爬虫时出现问题

import requests
from lxml import etree
import threading
from queue import Queue
import pymongo

#从每页数据中解析出各电影详情页数据
class PageParser(threading.Thread):
    def __init__(self,thread_name,page_queue,data_queue):
        super(PageParser,self).__init__()
        self.thread_name=thread_name
        self.page_queue=page_queue
        self.data_queue=data_queue

    def handle_requests(self,page_url):
        header={
            "User-Agent": "Mozilla/5.0 (Windows NT 10.0; Win64; x64) AppleWebKit/537.36 (KHTML, like Gecko) Chrome/92.0.4515.159 Safari/537.36"
            }
        response=requests.get(url=page_url,headers=header)
        if response.status_code == 200 and response:
            return response.text

    #处理页面数据
    def parse_page(self,content):
        html=etree.HTML(content)
        page_all_data=html.xpath("//div[@class='article']/ol/li")
        for li in page_all_data:
            self.data_queue.put(li)  # 将解析出的各电影数据放入data_queue队列中
            print(li,type(li))

    def run(self):
        print(f"{self.thread_name} has started")
        try:
            while not self.page_queue.empty():
                page_url=self.page_queue.get()
                page_response=self.handle_requests(page_url)
                if page_response:
                    self.parse_page(page_response)
        except Exception as e:
            print(f"{self.thread_name} met error: {e}")
        print(f"{self.thread_name} has ended")

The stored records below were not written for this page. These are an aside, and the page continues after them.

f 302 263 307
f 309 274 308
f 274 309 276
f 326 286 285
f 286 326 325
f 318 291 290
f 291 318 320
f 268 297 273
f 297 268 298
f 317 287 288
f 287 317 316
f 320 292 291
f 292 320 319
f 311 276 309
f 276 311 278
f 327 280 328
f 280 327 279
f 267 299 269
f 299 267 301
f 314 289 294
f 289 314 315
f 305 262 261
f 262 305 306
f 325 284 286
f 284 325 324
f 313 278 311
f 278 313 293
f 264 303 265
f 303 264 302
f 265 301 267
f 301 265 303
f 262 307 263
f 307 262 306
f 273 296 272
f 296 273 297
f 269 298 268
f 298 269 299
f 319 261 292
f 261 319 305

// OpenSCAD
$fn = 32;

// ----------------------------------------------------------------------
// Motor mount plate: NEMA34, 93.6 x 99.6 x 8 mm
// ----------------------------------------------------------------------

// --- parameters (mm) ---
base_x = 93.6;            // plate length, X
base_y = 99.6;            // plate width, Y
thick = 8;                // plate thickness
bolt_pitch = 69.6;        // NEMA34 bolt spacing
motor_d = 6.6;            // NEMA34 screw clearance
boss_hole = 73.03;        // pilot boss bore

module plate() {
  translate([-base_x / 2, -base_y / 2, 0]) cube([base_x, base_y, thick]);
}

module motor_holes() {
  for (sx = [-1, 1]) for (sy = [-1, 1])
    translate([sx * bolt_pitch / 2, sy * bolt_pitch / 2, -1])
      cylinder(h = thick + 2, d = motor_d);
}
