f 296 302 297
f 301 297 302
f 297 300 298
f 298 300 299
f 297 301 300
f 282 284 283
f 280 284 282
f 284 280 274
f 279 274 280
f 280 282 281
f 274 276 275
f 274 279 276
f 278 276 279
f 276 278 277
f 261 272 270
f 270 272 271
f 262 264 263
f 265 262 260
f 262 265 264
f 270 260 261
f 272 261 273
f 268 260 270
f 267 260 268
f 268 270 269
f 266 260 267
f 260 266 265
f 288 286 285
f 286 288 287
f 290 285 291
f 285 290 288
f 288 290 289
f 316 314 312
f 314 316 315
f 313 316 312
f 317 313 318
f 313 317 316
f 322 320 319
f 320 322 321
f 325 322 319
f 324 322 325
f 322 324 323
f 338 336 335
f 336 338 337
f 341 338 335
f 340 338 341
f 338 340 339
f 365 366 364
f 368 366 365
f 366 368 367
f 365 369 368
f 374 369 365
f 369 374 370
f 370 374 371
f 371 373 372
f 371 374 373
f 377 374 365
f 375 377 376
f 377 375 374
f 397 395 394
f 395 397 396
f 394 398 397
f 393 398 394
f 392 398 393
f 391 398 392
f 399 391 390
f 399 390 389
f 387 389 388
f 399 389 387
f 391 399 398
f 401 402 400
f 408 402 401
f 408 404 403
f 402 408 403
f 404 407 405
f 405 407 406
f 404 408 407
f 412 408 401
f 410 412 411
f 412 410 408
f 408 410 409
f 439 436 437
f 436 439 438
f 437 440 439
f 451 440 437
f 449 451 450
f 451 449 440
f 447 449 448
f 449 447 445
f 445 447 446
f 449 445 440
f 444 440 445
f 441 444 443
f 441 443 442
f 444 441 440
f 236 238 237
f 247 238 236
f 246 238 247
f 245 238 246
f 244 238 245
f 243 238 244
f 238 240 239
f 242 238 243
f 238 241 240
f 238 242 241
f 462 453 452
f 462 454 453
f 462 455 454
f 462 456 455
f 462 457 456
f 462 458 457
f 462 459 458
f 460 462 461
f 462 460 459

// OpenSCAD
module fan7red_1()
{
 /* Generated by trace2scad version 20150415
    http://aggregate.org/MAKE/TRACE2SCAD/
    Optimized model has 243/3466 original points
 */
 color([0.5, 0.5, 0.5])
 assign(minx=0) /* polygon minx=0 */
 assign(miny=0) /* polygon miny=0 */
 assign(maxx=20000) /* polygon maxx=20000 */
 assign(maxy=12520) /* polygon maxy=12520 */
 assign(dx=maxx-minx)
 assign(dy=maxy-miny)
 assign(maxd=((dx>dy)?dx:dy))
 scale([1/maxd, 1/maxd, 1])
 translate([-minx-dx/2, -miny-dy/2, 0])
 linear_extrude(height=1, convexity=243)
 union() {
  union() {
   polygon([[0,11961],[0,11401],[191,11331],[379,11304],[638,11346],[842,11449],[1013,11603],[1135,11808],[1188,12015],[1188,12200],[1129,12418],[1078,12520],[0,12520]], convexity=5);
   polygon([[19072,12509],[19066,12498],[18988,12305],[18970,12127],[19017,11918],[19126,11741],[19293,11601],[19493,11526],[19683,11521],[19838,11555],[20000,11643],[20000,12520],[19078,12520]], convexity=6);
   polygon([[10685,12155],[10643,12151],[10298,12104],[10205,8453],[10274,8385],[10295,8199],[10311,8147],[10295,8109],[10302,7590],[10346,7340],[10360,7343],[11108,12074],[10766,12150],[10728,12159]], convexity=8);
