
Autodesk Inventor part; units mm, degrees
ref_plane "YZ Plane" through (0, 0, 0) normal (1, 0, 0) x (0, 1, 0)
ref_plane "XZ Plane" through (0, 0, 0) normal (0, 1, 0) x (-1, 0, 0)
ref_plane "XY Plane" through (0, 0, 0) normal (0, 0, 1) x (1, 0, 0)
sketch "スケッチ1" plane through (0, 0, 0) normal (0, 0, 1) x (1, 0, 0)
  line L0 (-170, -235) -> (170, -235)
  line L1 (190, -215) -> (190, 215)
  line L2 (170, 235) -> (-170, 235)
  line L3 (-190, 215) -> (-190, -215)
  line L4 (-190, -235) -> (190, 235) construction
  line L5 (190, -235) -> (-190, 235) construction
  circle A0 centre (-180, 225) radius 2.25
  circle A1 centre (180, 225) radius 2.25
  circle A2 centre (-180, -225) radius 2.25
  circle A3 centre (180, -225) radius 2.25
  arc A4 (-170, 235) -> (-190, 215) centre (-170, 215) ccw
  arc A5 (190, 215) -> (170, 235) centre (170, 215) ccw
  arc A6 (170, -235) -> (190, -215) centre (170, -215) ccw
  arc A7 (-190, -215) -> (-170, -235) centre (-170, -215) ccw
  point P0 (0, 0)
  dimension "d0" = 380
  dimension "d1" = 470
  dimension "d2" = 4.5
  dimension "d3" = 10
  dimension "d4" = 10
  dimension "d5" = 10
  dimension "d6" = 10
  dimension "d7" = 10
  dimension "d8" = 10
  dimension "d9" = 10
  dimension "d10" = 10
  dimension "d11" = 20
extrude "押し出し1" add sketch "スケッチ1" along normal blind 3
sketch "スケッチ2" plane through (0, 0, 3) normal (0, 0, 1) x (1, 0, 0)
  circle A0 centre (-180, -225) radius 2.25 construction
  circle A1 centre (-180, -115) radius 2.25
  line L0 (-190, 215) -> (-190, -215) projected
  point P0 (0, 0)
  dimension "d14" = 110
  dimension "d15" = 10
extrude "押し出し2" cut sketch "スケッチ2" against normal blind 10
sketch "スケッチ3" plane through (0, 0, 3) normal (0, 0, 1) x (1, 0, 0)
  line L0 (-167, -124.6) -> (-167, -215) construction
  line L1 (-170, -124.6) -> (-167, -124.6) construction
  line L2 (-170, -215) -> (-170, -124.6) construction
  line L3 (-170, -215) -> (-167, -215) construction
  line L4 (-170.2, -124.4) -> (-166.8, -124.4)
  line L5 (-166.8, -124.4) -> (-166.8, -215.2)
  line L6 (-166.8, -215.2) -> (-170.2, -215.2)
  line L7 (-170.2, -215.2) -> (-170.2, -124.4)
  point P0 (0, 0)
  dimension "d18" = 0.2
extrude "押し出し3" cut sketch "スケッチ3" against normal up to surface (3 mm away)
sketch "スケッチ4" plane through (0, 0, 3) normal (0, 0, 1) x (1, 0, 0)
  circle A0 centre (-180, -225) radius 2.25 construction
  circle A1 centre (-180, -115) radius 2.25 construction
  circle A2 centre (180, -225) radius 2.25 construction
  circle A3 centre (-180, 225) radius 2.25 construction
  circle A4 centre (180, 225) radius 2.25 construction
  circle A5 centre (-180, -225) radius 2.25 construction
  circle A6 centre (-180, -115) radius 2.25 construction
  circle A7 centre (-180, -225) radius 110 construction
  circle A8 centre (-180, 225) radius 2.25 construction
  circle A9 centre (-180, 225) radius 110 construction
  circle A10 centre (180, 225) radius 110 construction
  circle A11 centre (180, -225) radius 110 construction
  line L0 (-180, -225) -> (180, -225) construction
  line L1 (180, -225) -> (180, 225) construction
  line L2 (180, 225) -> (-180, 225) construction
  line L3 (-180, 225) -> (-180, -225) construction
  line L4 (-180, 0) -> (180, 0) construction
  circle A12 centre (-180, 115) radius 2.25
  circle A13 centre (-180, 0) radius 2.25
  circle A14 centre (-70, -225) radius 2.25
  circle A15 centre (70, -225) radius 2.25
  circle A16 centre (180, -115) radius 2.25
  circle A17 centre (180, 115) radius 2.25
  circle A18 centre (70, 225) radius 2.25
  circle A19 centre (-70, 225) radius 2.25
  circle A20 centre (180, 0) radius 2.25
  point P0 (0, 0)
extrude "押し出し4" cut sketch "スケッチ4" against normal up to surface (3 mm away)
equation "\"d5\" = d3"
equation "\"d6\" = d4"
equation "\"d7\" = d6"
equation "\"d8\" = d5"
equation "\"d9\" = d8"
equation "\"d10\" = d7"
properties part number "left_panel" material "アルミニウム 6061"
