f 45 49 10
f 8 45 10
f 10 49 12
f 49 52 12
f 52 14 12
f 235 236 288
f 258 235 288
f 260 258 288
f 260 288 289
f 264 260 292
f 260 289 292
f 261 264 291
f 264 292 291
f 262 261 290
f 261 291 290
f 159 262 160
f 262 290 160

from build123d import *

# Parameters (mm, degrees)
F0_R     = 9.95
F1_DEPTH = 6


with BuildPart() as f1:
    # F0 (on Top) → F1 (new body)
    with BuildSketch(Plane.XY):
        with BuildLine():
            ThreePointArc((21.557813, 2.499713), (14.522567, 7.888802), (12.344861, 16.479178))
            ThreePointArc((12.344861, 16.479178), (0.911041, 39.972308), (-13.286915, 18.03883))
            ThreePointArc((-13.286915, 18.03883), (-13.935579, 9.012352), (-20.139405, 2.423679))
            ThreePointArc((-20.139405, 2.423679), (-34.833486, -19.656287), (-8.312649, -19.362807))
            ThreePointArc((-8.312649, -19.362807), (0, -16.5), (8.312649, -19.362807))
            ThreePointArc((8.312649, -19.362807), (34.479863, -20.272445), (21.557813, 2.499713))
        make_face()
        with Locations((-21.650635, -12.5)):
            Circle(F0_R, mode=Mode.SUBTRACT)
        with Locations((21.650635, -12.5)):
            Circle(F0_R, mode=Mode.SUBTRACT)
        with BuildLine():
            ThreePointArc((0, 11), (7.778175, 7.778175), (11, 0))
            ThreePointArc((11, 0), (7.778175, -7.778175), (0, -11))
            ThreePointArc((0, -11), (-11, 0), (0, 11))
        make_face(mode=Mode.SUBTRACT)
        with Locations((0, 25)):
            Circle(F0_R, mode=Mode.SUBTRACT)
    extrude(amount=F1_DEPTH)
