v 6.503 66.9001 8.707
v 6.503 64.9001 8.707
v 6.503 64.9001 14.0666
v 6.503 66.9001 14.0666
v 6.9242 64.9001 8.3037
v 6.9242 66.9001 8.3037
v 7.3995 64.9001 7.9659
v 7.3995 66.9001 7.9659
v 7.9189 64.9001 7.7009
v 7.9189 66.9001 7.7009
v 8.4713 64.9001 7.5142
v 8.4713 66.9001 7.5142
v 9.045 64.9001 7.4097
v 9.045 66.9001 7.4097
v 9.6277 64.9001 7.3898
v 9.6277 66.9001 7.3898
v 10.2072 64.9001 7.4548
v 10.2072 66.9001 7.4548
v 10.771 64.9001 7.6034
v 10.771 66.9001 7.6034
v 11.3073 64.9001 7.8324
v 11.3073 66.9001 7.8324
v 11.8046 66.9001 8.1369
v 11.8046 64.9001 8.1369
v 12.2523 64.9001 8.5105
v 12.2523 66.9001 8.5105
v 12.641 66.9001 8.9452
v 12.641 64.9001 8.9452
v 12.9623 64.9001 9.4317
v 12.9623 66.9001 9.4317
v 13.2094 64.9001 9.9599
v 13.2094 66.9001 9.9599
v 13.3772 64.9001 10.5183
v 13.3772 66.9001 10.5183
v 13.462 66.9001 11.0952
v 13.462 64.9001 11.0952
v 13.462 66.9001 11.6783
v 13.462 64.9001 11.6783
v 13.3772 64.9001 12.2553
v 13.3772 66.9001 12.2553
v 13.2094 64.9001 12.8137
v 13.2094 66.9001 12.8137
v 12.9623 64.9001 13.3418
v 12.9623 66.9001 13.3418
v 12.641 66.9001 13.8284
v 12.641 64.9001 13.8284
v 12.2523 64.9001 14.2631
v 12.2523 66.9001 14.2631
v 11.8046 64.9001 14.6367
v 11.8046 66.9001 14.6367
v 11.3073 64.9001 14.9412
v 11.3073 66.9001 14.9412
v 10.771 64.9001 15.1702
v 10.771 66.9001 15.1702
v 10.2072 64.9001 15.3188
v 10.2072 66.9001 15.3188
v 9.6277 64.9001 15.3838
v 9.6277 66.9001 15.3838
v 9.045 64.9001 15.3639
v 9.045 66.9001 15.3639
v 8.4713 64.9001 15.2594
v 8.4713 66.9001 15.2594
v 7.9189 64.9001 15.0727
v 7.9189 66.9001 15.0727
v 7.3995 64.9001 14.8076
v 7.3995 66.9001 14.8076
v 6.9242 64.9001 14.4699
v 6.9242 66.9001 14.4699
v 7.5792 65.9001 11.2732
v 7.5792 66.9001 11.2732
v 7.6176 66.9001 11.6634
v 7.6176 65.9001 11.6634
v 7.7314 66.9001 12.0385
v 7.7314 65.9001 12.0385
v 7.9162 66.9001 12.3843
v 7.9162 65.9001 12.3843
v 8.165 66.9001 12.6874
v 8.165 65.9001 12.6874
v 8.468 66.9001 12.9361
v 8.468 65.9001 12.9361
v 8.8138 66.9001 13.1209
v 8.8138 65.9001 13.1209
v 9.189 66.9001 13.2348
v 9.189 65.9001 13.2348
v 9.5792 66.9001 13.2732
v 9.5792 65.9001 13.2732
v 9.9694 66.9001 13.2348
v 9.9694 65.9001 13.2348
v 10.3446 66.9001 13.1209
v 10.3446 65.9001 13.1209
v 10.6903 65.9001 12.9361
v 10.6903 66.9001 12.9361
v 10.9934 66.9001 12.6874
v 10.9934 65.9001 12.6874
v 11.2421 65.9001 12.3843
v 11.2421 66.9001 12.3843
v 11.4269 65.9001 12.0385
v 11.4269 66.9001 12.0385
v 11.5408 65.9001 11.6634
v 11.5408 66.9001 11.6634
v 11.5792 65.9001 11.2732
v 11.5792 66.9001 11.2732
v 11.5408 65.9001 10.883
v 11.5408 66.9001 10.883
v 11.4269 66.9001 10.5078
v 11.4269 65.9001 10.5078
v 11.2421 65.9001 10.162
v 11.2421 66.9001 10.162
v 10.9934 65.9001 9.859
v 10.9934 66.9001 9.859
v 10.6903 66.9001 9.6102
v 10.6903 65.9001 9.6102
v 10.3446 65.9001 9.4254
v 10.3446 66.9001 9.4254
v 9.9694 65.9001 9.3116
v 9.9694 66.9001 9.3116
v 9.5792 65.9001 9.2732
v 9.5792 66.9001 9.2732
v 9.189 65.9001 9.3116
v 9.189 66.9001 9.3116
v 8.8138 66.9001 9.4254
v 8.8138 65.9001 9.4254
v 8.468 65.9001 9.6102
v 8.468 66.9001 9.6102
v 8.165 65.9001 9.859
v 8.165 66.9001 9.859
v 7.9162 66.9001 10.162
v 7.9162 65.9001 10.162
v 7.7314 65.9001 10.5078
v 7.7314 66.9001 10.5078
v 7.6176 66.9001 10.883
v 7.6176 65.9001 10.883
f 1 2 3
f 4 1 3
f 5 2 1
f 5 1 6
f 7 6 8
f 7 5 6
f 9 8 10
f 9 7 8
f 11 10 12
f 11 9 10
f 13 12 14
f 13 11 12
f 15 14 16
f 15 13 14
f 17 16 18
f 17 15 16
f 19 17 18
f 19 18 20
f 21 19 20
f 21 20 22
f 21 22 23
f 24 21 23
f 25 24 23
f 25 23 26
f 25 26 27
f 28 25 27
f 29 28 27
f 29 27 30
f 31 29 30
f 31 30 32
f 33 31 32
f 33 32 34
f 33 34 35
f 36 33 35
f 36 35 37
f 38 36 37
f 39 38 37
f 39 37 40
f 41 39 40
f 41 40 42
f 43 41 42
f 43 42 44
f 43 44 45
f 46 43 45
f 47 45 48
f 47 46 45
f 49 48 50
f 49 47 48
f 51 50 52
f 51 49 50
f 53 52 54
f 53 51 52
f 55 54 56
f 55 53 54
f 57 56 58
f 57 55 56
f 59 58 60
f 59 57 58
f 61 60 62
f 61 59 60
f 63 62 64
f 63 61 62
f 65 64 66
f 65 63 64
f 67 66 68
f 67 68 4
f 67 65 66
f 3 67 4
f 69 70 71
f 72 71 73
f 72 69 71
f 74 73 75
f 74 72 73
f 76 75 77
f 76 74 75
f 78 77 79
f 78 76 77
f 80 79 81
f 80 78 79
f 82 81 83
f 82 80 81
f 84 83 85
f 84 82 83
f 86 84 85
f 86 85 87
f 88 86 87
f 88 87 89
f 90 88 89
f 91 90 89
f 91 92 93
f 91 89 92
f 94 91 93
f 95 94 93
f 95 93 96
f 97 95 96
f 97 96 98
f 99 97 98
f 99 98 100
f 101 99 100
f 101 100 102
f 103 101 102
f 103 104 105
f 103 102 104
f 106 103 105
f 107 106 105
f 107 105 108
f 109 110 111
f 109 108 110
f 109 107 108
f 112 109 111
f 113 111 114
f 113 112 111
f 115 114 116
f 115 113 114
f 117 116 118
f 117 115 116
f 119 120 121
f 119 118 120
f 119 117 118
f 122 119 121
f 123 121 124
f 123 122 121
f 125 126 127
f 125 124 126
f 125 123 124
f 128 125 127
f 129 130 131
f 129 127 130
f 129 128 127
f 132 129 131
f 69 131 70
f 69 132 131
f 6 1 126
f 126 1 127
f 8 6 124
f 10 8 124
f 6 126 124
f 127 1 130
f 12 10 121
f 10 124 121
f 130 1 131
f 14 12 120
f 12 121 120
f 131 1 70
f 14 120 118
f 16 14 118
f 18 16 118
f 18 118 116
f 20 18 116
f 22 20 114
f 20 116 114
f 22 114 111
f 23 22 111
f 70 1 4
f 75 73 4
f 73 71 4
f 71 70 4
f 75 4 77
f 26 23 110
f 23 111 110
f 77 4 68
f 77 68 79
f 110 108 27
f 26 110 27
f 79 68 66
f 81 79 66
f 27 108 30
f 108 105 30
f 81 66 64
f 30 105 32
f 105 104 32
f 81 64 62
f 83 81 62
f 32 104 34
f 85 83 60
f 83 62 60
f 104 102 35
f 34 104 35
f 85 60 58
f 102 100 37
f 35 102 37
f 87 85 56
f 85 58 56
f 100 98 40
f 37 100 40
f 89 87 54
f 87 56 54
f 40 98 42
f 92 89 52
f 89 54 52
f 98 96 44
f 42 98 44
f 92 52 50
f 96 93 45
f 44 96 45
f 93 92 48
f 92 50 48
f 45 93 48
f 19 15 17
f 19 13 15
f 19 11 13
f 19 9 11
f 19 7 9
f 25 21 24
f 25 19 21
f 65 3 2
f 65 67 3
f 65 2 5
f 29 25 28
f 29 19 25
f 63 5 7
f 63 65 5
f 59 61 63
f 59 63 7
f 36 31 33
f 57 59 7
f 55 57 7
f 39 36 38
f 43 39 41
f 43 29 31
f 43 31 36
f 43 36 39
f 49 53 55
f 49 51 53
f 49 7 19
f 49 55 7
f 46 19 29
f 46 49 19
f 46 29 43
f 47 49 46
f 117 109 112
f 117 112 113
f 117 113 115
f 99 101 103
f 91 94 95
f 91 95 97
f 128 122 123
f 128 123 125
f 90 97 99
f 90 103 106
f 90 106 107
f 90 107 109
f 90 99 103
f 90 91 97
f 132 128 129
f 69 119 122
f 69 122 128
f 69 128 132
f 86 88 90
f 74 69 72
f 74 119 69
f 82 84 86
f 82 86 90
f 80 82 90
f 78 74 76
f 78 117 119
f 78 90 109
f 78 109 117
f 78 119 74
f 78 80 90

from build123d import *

# Parameters (mm, degrees)
CIRCLE008_AS_DRAWN_R                      = 2
EXTRUDE015_DEPTH                          = 2
EXTRUDE015_ONTO_CIRCLE008_ROLL_ANGLE      = 90
EXTRUDE015_ONTO_CIRCLE008_PLACEMENT_ANGLE = 180
RECTANGLE005_AS_DRAWN_W                   = 5.41291
RECTANGLE005_AS_DRAWN_H                   = 8.044928
EXTRUDE010_DEPTH                          = 3
EXTRUDE010_ONTO_RECTANGLE005_ROLL_ANGLE   = 90
CIRCLE002_AS_DRAWN_R                      = 4
EXTRUDE009_DEPTH                          = 2
EXTRUDE009_ONTO_CIRCLE002_ROLL_ANGLE      = 90


with BuildPart() as extrude015:
    # Circle008 as drawn → Extrude015 (new)
    with BuildSketch(Plane.XY):
        Circle(CIRCLE008_AS_DRAWN_R)
    extrude(amount=EXTRUDE015_DEPTH)


with BuildPart() as extrude015_1:
    # Extrude015 onto Circle008 roll: moved
    add(extrude015.part.rotate(Axis((0, 0, 0), (1, 0, 0)), EXTRUDE015_ONTO_CIRCLE008_ROLL_ANGLE))


with BuildPart() as extrude015_2:
    # Extrude015 onto Circle008 placement: moved
    add(extrude015_1.part.moved(Location((9.579189, 64.900139, 11.27318))).rotate(Axis((9.579189, 64.900139, 11.27318), (0, 0, 1)), EXTRUDE015_ONTO_CIRCLE008_PLACEMENT_ANGLE))


with BuildPart() as extrude015_3:
    # Extrude015 placement: moved
    add(extrude015_2.part.moved(Location((0, 1, 0))))


with BuildPart() as extrude010:
    # Rectangle005 as drawn → Extrude010 (new)
    with BuildSketch(Plane.XY):
        with Locations((-2.706455, -4.022464)):
            Rectangle(RECTANGLE005_AS_DRAWN_W, RECTANGLE005_AS_DRAWN_H)
    extrude(amount=-EXTRUDE010_DEPTH)


with BuildPart() as extrude010_1:
    # Extrude010 onto Rectangle005 roll: moved
    add(extrude010.part.rotate(Axis((0, 0, 0), (1, 0, 0)), EXTRUDE010_ONTO_RECTANGLE005_ROLL_ANGLE))


with BuildPart() as extrude010_2:
    # Extrude010 onto Rectangle005 placement: moved
    add(extrude010_1.part.moved(Location((56.902615, 1.09014, 40.499655))))


with BuildPart() as extrude010_3:
    # Extrude010 placement: moved
    add(extrude010_2.part.moved(Location((0, -0.5, 0))))


with BuildPart() as partemotor2:
    # Circle002 as drawn → Extrude009 (new)
    with BuildSketch(Plane.XY):
        Circle(CIRCLE002_AS_DRAWN_R)
    extrude(amount=-EXTRUDE009_DEPTH)


with BuildPart() as partemotor2_1:
    # Extrude009 onto Circle002 roll: moved
    add(partemotor2.part.rotate(Axis((0, 0, 0), (1, 0, 0)), EXTRUDE009_ONTO_CIRCLE002_ROLL_ANGLE))


with BuildPart() as partemotor2_2:
    # Extrude009 onto Circle002 placement: moved
    add(partemotor2_1.part.moved(Location((59.872219, 1.090141, 36.55234))))

    # Cut: cut Extrude010
    add(extrude010_3.part, mode=Mode.SUBTRACT)


with BuildPart() as partemotor2_3:
    # Cut placement: moved
    add(partemotor2_2.part.moved(Location((-50.399612, 63.810001, -25.16555))))

    # Cut002: cut Extrude015
    add(extrude015_3.part, mode=Mode.SUBTRACT)


solid = partemotor2_3.part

class DataParser(threading.Thread):
    def __init__(self,thread_name,data_queue,mongo,lock):
        super(DataParser,self).__init__()
        self.thread_name=thread_name
        self.data_queue=data_queue
        self.mongo=mongo
        self.lock=lock

    def handle_list_one(self,content):
        return ''.join(content)

    def handle_list_some(self,content):
        return '/'.join(content)

    def parse_data(self,content):
        data={
            "movie_name":self.handle_list_some(content.xpath("//div[@class='info']/div[@class='hd']/a/span/text()")),
            "actors_information": self.handle_list_some(content.xpath("//div[@class='info']/div[@class='bd']/p[1]/text()")),
            "score":self.handle_list_one(content.xpath("//div[@class='info']/div[@class='bd']/div/span[@class='rating_num']/text()")),
            "evaluate": self.handle_list_one(content.xpath("//div[@class='info']/div[@class='bd']/div/span[@class='']/text()")),
            "describe":self.handle_list_one(content.xpath("//div[@class='info']/div[@class='bd']/p[2]/span/text()"))
        }
        with self.lock:
            self.mongo.insert_one(data)


    def run(self):
        print(f"{self.thread_name} has started")
        try:
            while not self.data_queue.empty():
                datas=self.data_queue.get()
                self.parse_data(datas)
        except Exception as e:
            print(f"{self.thread_name} met error: {e}")
        print(f"{self.thread_name} as ended")

def main():
    page_queue=Queue()
    for i in range(0,26,25):  #TODO:测试后修改
        page_url=f"https://movie.douban.com/top250?start={i}&filter="
        page_queue.put(page_url)
    data_queue=Queue()

    page_thread_names=["P1","P2","P3"]
    page_thread_recover=[]
    for thread_name in  page_thread_names:
        thread=PageParser(thread_name,page_queue,data_queue)
        thread.start()
        page_thread_recover.append(thread)
    while not page_queue.empty():
        pass
    for thread in page_thread_recover:
        if thread.is_alive():
            thread.join()

    #建立mongodb的连接
    myclient = pymongo.MongoClient("mongodb://127.0.0.1:1112")
    mydb = myclient["TOP250"]
    mycollection = mydb["movie_info"]

    lock=threading.Lock()

    data_thread_names = ["DE1", "DE2", "DE3", "DE4", "DE5"]
    data_thread_recover = []
    for thread_name in data_thread_names:
        thread = DataParser(thread_name, data_queue, mycollection, lock)
        thread.start()
        data_thread_recover.append(thread)
    while not data_queue.empty():
        pass
    for thread in data_thread_recover:
        if thread.is_alive():
            thread.join()





if __name__=="__main__":
    main()

代码如上，主要按照之前课程的案例进行编写。

但在实际的爬虫中会出现几个问题：

重复爬取同一部电影的信息
爬取到的评分和实际不符
爬取不到评价人数的数据

想问一下代码中存在什么问题？

坻屿 2021-09-25

源自：网络爬虫进阶——项目实战 2-2 项目作业

收起

1回答

好帮手慕燕燕回答被采纳获得+3积分 2021-09-25 19:16:09

同学，你好！

1、data_queue中存储都是xpath获取的页面数据数据，解析数据时，先从data_queue中取出数据，在之前xpath节点的基础上进行解析，同学的代码parse_data()方法中的xpath(//div)是直接从网页中解析，因此会获取到重复的所有数据，可参考以下代码修改，爬取到评分也将是正确的

2、评价人的xpath语句需要调整一下，可参考以下写法

祝：学习愉快！

收起回答

坻屿提问者 #1

两个针对评价人数的xpath语句在xpathhelper显示的结果都是一样的，为什么更改后的语句才能够爬取到数据呢？

2021-09-25 21:42:05
好帮手慕美回复提问者坻屿 #2

同学，你好！使用同学的xpath语句会出现获取不到结果的情况，因此该xpath语句需要调整

祝学习愉快！

2021-09-26 09:43:24